The first comments pointed out some nuances in different modelling approaches that had eluded me the first time I read the papers themselves and the insight is very helpful….

“In the Bayesian models that I have seen, Bayes’ rule does not generate abstract structures – rather it computes statistics over structures designed by modelers. In contrast, connectionist approaches sometimes show how structures are created , as when a linear structure is created by a network learning a collection of weights of systematically increasing strength.”

“Kemp et al. note that a common reservation about Bayesian models is that their success depends on the modelers ability to choose the correct prior probabilities. Interestingly, hierarchical models solve this problem in that abstract knowledge need not be specified in advance but can be learnt from the data.”
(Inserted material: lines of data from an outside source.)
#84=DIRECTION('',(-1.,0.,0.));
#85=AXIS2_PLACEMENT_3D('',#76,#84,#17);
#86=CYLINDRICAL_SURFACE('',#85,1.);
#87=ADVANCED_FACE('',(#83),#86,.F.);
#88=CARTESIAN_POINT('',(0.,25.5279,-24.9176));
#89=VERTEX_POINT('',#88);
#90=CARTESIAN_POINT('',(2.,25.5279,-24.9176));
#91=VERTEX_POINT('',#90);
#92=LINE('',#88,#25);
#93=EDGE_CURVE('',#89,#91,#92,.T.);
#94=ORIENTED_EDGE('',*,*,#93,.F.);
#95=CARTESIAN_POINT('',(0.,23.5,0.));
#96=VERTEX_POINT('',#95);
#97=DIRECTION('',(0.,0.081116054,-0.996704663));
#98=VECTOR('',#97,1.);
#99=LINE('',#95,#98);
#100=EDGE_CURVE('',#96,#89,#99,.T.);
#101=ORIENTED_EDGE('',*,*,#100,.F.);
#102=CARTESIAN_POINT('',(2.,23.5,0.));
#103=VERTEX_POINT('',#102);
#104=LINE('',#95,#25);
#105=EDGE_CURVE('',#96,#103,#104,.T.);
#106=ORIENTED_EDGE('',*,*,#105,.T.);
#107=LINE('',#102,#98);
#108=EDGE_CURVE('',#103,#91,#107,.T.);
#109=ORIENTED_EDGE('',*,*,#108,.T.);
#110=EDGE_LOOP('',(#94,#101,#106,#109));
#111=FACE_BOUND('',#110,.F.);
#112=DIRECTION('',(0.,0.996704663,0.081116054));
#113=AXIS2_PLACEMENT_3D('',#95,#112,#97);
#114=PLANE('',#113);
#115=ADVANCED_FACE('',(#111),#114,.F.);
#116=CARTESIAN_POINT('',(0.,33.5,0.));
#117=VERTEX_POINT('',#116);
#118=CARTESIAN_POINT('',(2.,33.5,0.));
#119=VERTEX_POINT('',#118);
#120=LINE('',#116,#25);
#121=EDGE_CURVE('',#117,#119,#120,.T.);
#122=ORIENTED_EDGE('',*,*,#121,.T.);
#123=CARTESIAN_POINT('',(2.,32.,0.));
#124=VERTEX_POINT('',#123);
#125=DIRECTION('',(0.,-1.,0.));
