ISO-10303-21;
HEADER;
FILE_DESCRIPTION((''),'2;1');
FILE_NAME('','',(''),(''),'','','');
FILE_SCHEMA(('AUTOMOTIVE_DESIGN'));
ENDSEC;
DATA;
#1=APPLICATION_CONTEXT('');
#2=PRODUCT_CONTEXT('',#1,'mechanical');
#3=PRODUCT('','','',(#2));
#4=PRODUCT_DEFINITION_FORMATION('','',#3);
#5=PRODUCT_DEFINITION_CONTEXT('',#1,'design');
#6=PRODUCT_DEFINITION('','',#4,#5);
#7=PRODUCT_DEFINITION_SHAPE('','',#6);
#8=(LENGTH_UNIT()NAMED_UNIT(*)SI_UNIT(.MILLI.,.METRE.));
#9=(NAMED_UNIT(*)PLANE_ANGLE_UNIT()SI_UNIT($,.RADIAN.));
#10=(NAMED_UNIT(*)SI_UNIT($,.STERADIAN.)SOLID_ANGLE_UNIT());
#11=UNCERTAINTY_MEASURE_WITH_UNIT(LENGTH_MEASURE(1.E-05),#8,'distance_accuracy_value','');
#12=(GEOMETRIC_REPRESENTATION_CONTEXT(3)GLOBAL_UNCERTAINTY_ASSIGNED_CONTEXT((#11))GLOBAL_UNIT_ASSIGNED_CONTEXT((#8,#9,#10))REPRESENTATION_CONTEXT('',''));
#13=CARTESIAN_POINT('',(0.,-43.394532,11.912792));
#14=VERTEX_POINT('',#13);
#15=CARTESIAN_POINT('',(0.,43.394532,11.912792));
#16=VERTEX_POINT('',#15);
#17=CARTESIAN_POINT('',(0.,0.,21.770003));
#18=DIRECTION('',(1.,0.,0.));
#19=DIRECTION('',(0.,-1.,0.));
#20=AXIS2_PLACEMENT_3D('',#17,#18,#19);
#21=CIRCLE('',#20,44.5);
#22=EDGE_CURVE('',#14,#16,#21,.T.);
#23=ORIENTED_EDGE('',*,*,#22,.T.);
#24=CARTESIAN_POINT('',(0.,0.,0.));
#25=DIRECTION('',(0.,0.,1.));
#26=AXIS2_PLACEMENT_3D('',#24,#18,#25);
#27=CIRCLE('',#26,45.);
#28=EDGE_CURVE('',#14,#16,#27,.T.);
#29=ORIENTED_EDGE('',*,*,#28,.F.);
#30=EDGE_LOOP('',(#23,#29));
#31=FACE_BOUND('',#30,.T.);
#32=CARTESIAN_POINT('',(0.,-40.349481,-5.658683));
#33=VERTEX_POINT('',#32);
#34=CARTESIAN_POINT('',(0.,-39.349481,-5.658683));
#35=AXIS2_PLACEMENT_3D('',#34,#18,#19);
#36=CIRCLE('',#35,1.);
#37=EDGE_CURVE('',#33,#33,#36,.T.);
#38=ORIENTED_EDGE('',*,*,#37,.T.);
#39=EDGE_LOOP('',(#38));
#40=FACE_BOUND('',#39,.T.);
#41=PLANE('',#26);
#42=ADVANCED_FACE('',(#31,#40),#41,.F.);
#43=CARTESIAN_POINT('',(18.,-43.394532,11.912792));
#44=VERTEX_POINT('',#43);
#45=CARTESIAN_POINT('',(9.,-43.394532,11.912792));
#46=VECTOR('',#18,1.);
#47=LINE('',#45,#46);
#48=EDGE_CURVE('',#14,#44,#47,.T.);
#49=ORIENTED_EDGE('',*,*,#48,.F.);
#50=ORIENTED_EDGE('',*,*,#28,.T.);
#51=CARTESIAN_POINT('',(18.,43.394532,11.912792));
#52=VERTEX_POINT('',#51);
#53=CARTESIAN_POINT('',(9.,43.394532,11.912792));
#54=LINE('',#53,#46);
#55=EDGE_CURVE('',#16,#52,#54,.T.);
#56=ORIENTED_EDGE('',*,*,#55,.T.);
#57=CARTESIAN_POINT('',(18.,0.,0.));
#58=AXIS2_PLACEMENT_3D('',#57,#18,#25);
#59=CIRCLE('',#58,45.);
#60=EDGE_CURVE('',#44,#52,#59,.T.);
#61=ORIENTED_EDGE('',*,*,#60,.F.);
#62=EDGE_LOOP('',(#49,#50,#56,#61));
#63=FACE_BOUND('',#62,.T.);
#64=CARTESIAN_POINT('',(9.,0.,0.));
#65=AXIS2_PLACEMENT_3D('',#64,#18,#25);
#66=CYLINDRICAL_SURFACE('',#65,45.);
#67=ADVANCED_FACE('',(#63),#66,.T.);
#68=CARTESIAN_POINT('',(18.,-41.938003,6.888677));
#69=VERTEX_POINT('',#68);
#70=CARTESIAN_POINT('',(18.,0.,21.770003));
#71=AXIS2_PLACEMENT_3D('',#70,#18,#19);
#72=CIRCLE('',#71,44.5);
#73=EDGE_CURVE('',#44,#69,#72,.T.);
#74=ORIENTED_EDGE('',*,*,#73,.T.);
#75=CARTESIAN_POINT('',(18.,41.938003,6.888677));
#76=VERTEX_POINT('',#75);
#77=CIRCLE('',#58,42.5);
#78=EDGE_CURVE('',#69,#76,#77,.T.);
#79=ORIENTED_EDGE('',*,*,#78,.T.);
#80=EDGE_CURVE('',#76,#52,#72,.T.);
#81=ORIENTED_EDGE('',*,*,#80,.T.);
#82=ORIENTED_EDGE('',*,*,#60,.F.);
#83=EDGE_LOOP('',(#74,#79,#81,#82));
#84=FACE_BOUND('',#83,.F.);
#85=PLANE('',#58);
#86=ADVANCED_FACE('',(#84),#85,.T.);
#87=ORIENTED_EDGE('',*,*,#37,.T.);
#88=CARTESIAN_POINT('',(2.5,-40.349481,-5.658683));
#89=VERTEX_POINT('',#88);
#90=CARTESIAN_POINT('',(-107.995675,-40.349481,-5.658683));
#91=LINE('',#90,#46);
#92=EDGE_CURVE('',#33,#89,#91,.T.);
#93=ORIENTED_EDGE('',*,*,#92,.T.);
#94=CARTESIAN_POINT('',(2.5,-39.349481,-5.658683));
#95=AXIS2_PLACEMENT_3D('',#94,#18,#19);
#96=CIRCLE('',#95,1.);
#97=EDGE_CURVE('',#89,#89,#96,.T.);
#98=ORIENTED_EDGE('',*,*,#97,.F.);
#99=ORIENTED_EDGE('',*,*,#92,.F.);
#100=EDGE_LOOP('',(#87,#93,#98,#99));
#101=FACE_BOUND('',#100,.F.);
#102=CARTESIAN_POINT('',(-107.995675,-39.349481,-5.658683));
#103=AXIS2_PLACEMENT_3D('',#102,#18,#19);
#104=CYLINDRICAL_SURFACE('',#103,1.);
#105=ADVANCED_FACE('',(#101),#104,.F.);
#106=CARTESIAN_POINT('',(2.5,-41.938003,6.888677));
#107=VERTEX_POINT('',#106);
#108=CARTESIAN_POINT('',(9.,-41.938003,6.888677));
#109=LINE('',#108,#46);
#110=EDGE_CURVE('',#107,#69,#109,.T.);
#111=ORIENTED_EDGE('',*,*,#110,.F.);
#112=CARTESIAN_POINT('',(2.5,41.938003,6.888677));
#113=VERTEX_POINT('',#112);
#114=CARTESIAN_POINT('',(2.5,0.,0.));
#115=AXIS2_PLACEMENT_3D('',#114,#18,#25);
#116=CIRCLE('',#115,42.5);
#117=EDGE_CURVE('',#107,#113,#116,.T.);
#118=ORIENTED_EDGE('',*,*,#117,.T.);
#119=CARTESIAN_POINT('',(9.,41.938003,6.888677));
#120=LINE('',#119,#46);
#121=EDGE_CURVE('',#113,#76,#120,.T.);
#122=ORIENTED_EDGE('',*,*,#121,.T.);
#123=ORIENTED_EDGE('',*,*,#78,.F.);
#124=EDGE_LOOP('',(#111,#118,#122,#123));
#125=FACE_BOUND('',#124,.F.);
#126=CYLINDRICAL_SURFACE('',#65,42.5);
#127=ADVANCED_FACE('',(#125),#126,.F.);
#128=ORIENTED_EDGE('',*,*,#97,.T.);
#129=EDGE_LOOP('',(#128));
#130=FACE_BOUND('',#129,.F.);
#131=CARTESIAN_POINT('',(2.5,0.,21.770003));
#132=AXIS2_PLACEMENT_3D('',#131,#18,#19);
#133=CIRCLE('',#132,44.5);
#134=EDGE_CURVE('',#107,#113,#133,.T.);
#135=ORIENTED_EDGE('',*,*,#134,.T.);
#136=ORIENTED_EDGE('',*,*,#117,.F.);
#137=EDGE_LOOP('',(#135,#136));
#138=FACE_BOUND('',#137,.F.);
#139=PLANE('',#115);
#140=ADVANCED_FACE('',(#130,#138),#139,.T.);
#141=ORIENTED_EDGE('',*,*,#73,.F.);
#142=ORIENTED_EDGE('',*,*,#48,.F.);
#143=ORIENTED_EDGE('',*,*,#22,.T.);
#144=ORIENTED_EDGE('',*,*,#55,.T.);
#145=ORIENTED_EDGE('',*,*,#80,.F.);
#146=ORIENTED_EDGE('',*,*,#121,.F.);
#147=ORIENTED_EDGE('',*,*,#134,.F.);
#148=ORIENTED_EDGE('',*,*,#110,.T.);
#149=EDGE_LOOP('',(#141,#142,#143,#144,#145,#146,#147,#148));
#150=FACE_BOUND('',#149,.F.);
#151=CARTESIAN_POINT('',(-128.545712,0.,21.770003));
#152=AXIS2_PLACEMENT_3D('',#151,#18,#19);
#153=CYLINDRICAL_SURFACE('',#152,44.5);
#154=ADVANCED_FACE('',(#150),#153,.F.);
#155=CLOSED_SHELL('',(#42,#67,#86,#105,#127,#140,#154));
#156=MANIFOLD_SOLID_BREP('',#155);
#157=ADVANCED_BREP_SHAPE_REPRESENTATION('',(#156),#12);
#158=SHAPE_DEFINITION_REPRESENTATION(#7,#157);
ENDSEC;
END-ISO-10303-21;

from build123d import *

# Parameters (mm, degrees)
F0_W = 18
F0_H = 45
F3_D = 6
F5_T = -2.5
F6_D = 89
F8_D = 2


with BuildPart() as f1:
    # F0 (on Front) → F1 (revolve)
    with BuildSketch(Plane.XZ):
        with Locations((9, 22.5)):
            Rectangle(F0_W, F0_H)
    revolve(axis=Axis((9, 0, 0), (1, 0, 0)))

    # F3 (through all)
    with Locations(Plane(origin=(0, 0, 0), x_dir=(0, 1, 0), z_dir=(-1, 0, 0))):
        with Locations((0, 0)):
            Hole(F3_D / 2)

    # F5
    f5_openings = [f1.faces().sort_by_distance(p)[0] for p in [
        (18, 0, -43.727208),
    ]]
    offset(amount=F5_T, openings=f5_openings)

    # F6 (through all)
    with Locations(Plane(origin=(0, 0, 0), x_dir=(0, 1, 0), z_dir=(-1, 0, 0))):
        with Locations((0, -21.7700034969)):
            Hole(F6_D / 2)

    # F8 (through all)
    with Locations(Plane(origin=(0, 0, 0), x_dir=(0, 1, 0), z_dir=(-1, 0, 0))):
        with Locations((-39.3494814634, 5.6586829014)):
            Hole(F8_D / 2)


solid = f1.part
“Interestingly, probability estimation and model building seem analogous to quantitative and qualitative developmental mechanisms, respectively, in constructive neural networks. Constructive networks start with minimal structure and recruit single hidden units or previously learned networks as needed to reduce network error. Change occurs through quantitative adjustment of connection weights within a particular network structure or, when that fails to solve the current problem, through qualitative recruitment of additional computational devices. This recurring cycle of adjustments and recruitments creates novel representational structures that the network could not previously express. Perhaps there are computational lessons in these mechanisms that could be of use to Bayesian modelers of psychological development.”

This helped to clarify what the different modellers were doing and what the value of their approaches were. However, Shultz made some other comments about whether these approaches can be taken and applied to adult thinking as well…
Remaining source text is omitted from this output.